In merito al consenso la CNIL rileva che, per potersi definire correttamente acquisito (e quindi valido), lo stesso debba avere le caratteristiche previste dal Regolamento: libero, specifico, informato e inequivocabile.

Concentrandosi su questi tre ultimi requisiti, l’Autorità evidenzia la non validità del consenso “acquisito” da Google. Affinché il consenso sia specifico è fondamentale che sia chiaramente indicato come lo stesso viene richiesto per una finalità (attività) di trattamento, la profilazione nel caso specifico, senza che, invece, si vada a chiedere un generico consenso, magari anche congiunto all’accettazione delle condizioni di utilizzo di un servizio.

Si potrebbe obiettare, che anche il WP art 29 (ora EDPB), ha sottolineato come si debba cercare di semplificare l’interazione con l’interessato anche nella fase di acquisizione del consenso, non complicando troppo la modalità di acquisizione stessa.

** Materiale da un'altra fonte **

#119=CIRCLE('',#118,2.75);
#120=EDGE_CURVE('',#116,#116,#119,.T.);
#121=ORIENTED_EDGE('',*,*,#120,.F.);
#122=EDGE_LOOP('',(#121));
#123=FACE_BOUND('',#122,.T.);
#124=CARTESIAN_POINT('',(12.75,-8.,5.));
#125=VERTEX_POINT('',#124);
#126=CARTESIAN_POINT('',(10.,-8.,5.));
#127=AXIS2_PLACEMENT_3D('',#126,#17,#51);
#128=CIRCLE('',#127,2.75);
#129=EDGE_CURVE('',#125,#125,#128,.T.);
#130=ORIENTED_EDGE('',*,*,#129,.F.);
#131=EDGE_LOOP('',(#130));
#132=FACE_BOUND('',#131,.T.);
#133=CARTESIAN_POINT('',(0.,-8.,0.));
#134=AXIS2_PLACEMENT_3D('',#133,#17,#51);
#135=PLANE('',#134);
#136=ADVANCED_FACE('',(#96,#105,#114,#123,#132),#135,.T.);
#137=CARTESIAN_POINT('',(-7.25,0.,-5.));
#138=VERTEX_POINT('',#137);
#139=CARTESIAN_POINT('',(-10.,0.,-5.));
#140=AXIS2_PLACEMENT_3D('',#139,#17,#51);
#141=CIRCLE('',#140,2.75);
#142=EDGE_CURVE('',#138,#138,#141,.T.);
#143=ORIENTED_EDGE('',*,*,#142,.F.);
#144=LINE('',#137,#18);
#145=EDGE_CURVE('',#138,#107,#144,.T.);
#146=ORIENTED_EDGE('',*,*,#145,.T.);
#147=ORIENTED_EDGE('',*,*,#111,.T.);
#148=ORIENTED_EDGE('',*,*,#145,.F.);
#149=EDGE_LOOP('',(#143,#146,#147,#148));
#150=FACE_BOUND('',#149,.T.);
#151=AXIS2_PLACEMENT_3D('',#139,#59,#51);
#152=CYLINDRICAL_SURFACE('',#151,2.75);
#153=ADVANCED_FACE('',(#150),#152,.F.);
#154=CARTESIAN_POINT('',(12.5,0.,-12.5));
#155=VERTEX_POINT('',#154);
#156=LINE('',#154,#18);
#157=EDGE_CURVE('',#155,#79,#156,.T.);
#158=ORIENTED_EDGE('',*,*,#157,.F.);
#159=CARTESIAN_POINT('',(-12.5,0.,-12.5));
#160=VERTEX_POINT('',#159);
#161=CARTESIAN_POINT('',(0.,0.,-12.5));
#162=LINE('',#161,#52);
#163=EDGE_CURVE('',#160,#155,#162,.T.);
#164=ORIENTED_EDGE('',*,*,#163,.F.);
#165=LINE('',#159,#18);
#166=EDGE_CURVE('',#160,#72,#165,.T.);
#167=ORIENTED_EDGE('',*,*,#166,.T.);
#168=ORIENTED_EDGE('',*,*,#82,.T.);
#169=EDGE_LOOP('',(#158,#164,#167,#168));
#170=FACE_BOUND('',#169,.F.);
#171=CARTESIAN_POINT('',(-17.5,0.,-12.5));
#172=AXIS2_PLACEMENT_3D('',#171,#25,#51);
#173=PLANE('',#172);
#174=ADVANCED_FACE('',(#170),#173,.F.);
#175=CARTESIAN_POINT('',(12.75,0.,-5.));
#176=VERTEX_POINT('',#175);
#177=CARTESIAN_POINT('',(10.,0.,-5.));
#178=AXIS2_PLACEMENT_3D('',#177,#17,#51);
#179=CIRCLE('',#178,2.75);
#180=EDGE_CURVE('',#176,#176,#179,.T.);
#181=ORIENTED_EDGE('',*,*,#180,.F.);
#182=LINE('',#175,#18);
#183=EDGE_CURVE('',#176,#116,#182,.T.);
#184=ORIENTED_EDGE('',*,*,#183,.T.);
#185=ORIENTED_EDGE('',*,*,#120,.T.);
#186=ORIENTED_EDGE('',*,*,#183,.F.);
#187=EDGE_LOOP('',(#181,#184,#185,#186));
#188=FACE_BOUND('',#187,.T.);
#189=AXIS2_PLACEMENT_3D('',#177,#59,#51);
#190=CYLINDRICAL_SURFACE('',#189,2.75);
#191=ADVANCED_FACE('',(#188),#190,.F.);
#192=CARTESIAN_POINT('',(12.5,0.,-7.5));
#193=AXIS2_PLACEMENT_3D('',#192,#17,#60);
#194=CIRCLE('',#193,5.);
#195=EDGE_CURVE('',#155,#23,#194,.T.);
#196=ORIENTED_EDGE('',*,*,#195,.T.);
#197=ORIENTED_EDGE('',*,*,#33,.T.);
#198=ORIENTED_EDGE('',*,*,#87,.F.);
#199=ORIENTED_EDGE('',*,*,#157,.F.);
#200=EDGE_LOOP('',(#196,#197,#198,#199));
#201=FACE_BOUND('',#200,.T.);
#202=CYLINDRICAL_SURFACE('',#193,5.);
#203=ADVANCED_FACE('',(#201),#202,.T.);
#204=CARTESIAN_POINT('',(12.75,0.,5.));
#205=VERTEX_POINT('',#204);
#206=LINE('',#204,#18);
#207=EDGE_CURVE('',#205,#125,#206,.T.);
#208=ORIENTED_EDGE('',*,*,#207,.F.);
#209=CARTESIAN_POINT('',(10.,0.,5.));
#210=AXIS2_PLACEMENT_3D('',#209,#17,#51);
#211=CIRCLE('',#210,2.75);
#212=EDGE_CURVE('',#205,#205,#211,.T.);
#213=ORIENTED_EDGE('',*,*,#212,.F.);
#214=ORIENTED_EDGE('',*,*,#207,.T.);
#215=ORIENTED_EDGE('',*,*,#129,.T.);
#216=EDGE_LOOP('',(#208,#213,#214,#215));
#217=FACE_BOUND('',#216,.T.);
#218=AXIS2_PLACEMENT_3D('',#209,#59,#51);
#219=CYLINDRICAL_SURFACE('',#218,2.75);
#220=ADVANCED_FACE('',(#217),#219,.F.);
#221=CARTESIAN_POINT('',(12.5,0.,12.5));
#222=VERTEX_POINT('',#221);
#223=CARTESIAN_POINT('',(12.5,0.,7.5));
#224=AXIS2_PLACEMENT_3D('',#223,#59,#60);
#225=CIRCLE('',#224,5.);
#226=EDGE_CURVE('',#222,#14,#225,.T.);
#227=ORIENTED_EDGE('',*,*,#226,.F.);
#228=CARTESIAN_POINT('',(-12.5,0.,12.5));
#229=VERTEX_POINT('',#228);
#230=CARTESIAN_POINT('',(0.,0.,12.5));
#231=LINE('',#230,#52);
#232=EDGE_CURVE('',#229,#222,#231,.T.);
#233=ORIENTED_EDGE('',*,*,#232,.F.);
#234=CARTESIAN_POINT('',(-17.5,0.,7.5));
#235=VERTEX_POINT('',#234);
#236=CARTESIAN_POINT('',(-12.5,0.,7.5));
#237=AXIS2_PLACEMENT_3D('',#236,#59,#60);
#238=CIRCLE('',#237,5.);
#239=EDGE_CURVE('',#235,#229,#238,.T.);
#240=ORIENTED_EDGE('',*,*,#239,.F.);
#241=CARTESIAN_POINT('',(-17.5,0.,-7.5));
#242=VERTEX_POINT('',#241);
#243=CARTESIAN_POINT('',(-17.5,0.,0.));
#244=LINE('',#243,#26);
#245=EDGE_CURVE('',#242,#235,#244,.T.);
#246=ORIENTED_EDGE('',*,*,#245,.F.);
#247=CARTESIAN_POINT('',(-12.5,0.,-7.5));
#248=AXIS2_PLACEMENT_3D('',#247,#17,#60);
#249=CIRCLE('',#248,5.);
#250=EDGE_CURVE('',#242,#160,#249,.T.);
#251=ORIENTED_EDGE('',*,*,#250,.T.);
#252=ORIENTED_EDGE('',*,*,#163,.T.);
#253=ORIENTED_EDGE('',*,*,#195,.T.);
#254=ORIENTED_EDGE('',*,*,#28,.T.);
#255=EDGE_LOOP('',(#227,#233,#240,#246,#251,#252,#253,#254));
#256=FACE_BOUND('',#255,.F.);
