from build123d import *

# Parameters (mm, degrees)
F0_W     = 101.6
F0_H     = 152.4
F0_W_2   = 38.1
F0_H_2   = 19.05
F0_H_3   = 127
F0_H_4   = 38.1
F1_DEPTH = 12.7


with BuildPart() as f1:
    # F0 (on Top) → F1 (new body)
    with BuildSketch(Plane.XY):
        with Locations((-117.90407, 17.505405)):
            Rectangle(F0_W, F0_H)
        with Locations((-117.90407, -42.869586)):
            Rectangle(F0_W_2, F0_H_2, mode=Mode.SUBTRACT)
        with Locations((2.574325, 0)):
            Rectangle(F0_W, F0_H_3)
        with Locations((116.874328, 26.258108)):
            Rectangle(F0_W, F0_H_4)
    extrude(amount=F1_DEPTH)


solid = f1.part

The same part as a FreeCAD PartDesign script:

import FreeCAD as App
import Part
import Sketcher
Q = App.Units.Quantity

doc = App.newDocument("Part")
body = doc.addObject("PartDesign::Body", "Body")
body.AllowCompound = True

# Sketch on XY plane
sketch1 = body.newObject("Sketcher::SketchObject", "Sketch")
sketch1.AttachmentSupport = (doc.getObject("XY_Plane"), [""])
sketch1.MapMode = "FlatFace"
sketch1.addGeometry(Part.LineSegment(App.Vector(-169, 94, 0), App.Vector(-169, -59, 0)), False)
sketch1.addGeometry(Part.LineSegment(App.Vector(-169, -59, 0), App.Vector(-67, -59, 0)), False)
sketch1.addGeometry(Part.LineSegment(App.Vector(-67, -59, 0), App.Vector(-67, 94, 0)), False)
sketch1.addGeometry(Part.LineSegment(App.Vector(-67, 94, 0), App.Vector(-169, 94, 0)), False)
sketch1.addGeometry(Part.LineSegment(App.Vector(-99, -52, 0), App.Vector(-137, -52, 0)), False)
sketch1.addGeometry(Part.LineSegment(App.Vector(-137, -52, 0), App.Vector(-137, -33, 0)), False)
sketch1.addGeometry(Part.LineSegment(App.Vector(-137, -33, 0), App.Vector(-99, -33, 0)), False)
sketch1.addGeometry(Part.LineSegment(App.Vector(-99, -33, 0), App.Vector(-99, -52, 0)), False)
sketch1.addGeometry(Part.LineSegment(App.Vector(-48, 64, 0), App.Vector(-48, -64, 0)), False)
sketch1.addGeometry(Part.LineSegment(App.Vector(-48, -64, 0), App.Vector(53, -64, 0)), False)
sketch1.addGeometry(Part.LineSegment(App.Vector(53, -64, 0), App.Vector(53, 64, 0)), False)
sketch1.addGeometry(Part.LineSegment(App.Vector(53, 64, 0), App.Vector(-48, 64, 0)), False)
sketch1.addGeometry(Part.LineSegment(App.Vector(66, 45, 0), App.Vector(66, 7, 0)), False)
sketch1.addGeometry(Part.LineSegment(App.Vector(66, 7, 0), App.Vector(168, 7, 0)), False)
sketch1.addGeometry(Part.LineSegment(App.Vector(168, 7, 0), App.Vector(168, 45, 0)), False)
sketch1.addGeometry(Part.LineSegment(App.Vector(168, 45, 0), App.Vector(66, 45, 0)), False)
sketch1.addConstraint(Sketcher.Constraint("Coincident", 0, 2, 1, 1))
sketch1.addConstraint(Sketcher.Constraint("Coincident", 1, 2, 2, 1))
sketch1.addConstraint(Sketcher.Constraint("Coincident", 2, 2, 3, 1))
sketch1.addConstraint(Sketcher.Constraint("Coincident", 3, 2, 0, 1))
sketch1.addConstraint(Sketcher.Constraint("Coincident", 4, 2, 5, 1))
sketch1.addConstraint(Sketcher.Constraint("Coincident", 5, 2, 6, 1))
sketch1.addConstraint(Sketcher.Constraint("Coincident", 6, 2, 7, 1))
sketch1.addConstraint(Sketcher.Constraint("Coincident", 7, 2, 4, 1))
sketch1.addConstraint(Sketcher.Constraint("Coincident", 8, 2, 9, 1))
sketch1.addConstraint(Sketcher.Constraint("Coincident", 9, 2, 10, 1))
sketch1.addConstraint(Sketcher.Constraint("Coincident", 10, 2, 11, 1))
sketch1.addConstraint(Sketcher.Constraint("Coincident", 11, 2, 8, 1))
sketch1.addConstraint(Sketcher.Constraint("Coincident", 12, 2, 13, 1))
sketch1.addConstraint(Sketcher.Constraint("Coincident", 13, 2, 14, 1))
sketch1.addConstraint(Sketcher.Constraint("Coincident", 14, 2, 15, 1))
sketch1.addConstraint(Sketcher.Constraint("Coincident", 15, 2, 12, 1))
sketch1.addConstraint(Sketcher.Constraint("Vertical", 0))
sketch1.addConstraint(Sketcher.Constraint("Horizontal", 1))
sketch1.addConstraint(Sketcher.Constraint("Vertical", 2))
sketch1.addConstraint(Sketcher.Constraint("Horizontal", 3))
sketch1.addConstraint(Sketcher.Constraint("Horizontal", 4))
sketch1.addConstraint(Sketcher.Constraint("Vertical", 5))
sketch1.addConstraint(Sketcher.Constraint("Horizontal", 6))
sketch1.addConstraint(Sketcher.Constraint("Vertical", 7))
sketch1.addConstraint(Sketcher.Constraint("Vertical", 8))
sketch1.addConstraint(Sketcher.Constraint("Horizontal", 9))
sketch1.addConstraint(Sketcher.Constraint("Vertical", 10))
sketch1.addConstraint(Sketcher.Constraint("Horizontal", 11))
sketch1.addConstraint(Sketcher.Constraint("Vertical", 12))
sketch1.addConstraint(Sketcher.Constraint("Horizontal", 13))
sketch1.addConstraint(Sketcher.Constraint("Vertical", 14))
sketch1.addConstraint(Sketcher.Constraint("Horizontal", 15))
sketch1.addConstraint(Sketcher.Constraint("Equal", 3, 9))
sketch1.addConstraint(Sketcher.Constraint("Equal", 11, 13))
sketch1.addConstraint(Sketcher.Constraint("Equal", 6, 12))
sketch1.addConstraint(Sketcher.Constraint("DistanceX", 1, 1, 1, 2, Q("4 in")))
sketch1.addConstraint(Sketcher.Constraint("DistanceY", 0, 2, 0, 1, Q("6 in")))
sketch1.addConstraint(Sketcher.Constraint("DistanceY", 8, 2, 8, 1, Q("5 in")))
sketch1.addConstraint(Sketcher.Constraint("DistanceX", 4, 2, 4, 1, Q("1.5 in")))
sketch1.addConstraint(Sketcher.Constraint("DistanceY", 5, 1, 5, 2, Q("0.75 in")))
sketch1.addConstraint(Sketcher.Constraint("DistanceY", 8, 2, -1, 1, Q("2.5 in")))
sketch1.addConstraint(Sketcher.Constraint("DistanceX", 10, 2, 12, 2, Q("0.5000001 in")))
sketch1.addConstraint(Sketcher.Constraint("DistanceX", 0, 2, 4, 2, Q("1.25 in")))
sketch1.addConstraint(Sketcher.Constraint("DistanceX", 0, 2, -1, 1, 168.70407))
sketch1.addConstraint(Sketcher.Constraint("DistanceY", -1, 1, 12, 2, 7.208108))
sketch1.addConstraint(Sketcher.Constraint("DistanceX", -1, 1, 13, 2, 167.674328))
sketch1.addConstraint(Sketcher.Constraint("DistanceY", 0, 2, 4, 2, 6.300009))
sketch1.addConstraint(Sketcher.Constraint("DistanceY", 0, 2, -1, 1, 58.694595))
pad1 = body.newObject("PartDesign::Pad", "Pad")
pad1.Profile = sketch1
pad1.Length = Q("0.5 in")

doc.recompute()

Pur essendo ciò indubbiamente vero, la semplificazione non può portare ad una omissione o elusione della norma con consensi “raggruppati”, i quali contravvengono ad un principio fondamentale della Data Protection, la consapevolezza sull’utilizzo che il titolare fa dei dati personali.

Ma non finiscono qui i rilievi della CNIL, dato che viene osservato come l’inequivocabilità non possa desumersi da una mancata azione dell’interessato (principio, già più volte ribadito, anche dal nostro Garante), quanto piuttosto debba provenire da un’azione positiva dell’interessato. Più operazioni di click per accedere all’area del consenso, oltre alla presenza di box “pre-flaggati”, non possono in alcun modo essere considerati comportamento dell’interessato inequivocabilmente volto a fornire un consenso.

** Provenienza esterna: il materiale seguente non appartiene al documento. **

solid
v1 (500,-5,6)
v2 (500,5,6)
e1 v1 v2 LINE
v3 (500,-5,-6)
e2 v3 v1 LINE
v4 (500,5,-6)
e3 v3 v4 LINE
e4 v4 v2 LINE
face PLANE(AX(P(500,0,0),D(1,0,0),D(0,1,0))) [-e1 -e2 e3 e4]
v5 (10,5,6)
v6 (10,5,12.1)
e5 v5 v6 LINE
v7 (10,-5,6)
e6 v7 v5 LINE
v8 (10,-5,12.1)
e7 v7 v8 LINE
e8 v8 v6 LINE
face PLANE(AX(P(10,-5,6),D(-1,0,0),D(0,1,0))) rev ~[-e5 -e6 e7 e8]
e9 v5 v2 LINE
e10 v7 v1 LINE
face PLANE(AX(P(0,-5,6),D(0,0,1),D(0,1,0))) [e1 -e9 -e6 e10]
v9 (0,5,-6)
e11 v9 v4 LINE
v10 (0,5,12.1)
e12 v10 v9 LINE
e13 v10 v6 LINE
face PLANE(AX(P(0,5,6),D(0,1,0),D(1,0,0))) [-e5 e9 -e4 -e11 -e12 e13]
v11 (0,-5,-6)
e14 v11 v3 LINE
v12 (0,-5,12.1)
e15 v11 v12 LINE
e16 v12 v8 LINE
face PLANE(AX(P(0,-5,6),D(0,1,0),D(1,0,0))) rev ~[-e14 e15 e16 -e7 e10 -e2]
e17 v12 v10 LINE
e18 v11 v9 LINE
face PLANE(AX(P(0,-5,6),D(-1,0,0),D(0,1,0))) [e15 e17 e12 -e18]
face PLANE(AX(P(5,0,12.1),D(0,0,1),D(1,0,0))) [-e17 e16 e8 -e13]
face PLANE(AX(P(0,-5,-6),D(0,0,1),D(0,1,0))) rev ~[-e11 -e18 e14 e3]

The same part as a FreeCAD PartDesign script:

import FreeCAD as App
import Part
import Sketcher
Q = App.Units.Quantity


def add_polygon(sketch, points):
    """Adds a closed chain of lines whose ends are joined by coincident constraints."""
    first, n = sketch.GeometryCount, len(points)
    for a, b in zip(points, points[1:] + points[:1]):
        sketch.addGeometry(Part.LineSegment(App.Vector(*a, 0), App.Vector(*b, 0)), False)
    for i in range(n):
        sketch.addConstraint(Sketcher.Constraint("Coincident", first + i, 2, first + (i + 1) % n, 1))

doc = App.newDocument("Part")
body = doc.addObject("PartDesign::Body", "Body")

sketch1 = body.newObject("Sketcher::SketchObject", "Sketch")
sketch1.AttachmentSupport = (doc.getObject("YZ_Plane"), [""])
sketch1.MapMode = "FlatFace"
add_polygon(sketch1, [(-5, 6), (-5, -6), (5, -6), (5, 6)])
sketch1.addConstraint([
    Sketcher.Constraint("Vertical", 0),
    Sketcher.Constraint("Horizontal", 1),
    Sketcher.Constraint("Vertical", 2),
    Sketcher.Constraint("Horizontal", 3),
    Sketcher.Constraint("Symmetric", 0, 2, 2, 2, -1, 1),
    Sketcher.Constraint("DistanceX", 1, 1, 1, 2, Q("10 mm")),
    Sketcher.Constraint("DistanceY", 0, 2, 0, 1, Q("12 mm")),
])
pad1 = body.newObject("PartDesign::Pad", "Pad")
pad1.Profile = sketch1
pad1.Length = 500

sketch2 = body.newObject("Sketcher::SketchObject", "Sketch001")
sketch2.AttachmentSupport = (doc.getObject("XY_Plane"), [""])
sketch2.MapMode = "FlatFace"
sketch2.AttachmentOffset = App.Placement(App.Vector(0, 0, 6), App.Rotation())
add_polygon(sketch2, [(0, 5), (0, -5), (10, -5), (10, 5)])
sketch2.addConstraint([
    Sketcher.Constraint("Vertical", 0),
    Sketcher.Constraint("Horizontal", 1),
    Sketcher.Constraint("Vertical", 2),
    Sketcher.Constraint("Horizontal", 3),
    Sketcher.Constraint("Symmetric", 0, 2, 3, 2, -1, 1),
    Sketcher.Constraint("Equal", 3, 0),
    Sketcher.Constraint("DistanceX", 1, 1, 1, 2, Q("10 mm")),
])
pad2 = body.newObject("PartDesign::Pad", "Pad001")
pad2.Profile = sketch2
pad2.Length = 6.1

doc.recompute()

Appare interessante concludere citando alcuni criteri utilizzati per determinare (e comminare) la sanzione. La commissione applica il Regolamento, considerando rilevanti il numero di interessati coinvolti, la tipologia di dati personali trattati, l’impatto che i servizi hanno rispetto all’ambiente di riferimento (ergo il ruolo rilevante di Google nel mercato francese) ed anche il fatto che la combinazione di servizi offerti possa, nell’insieme, arricchire le informazioni in possesso del Titolare ed avere un impatto ancor maggiore sugli interessati coinvolti.

Tutti requisiti per una sanzione decisamente significativa, almeno dal punto di vista del messaggio inviato.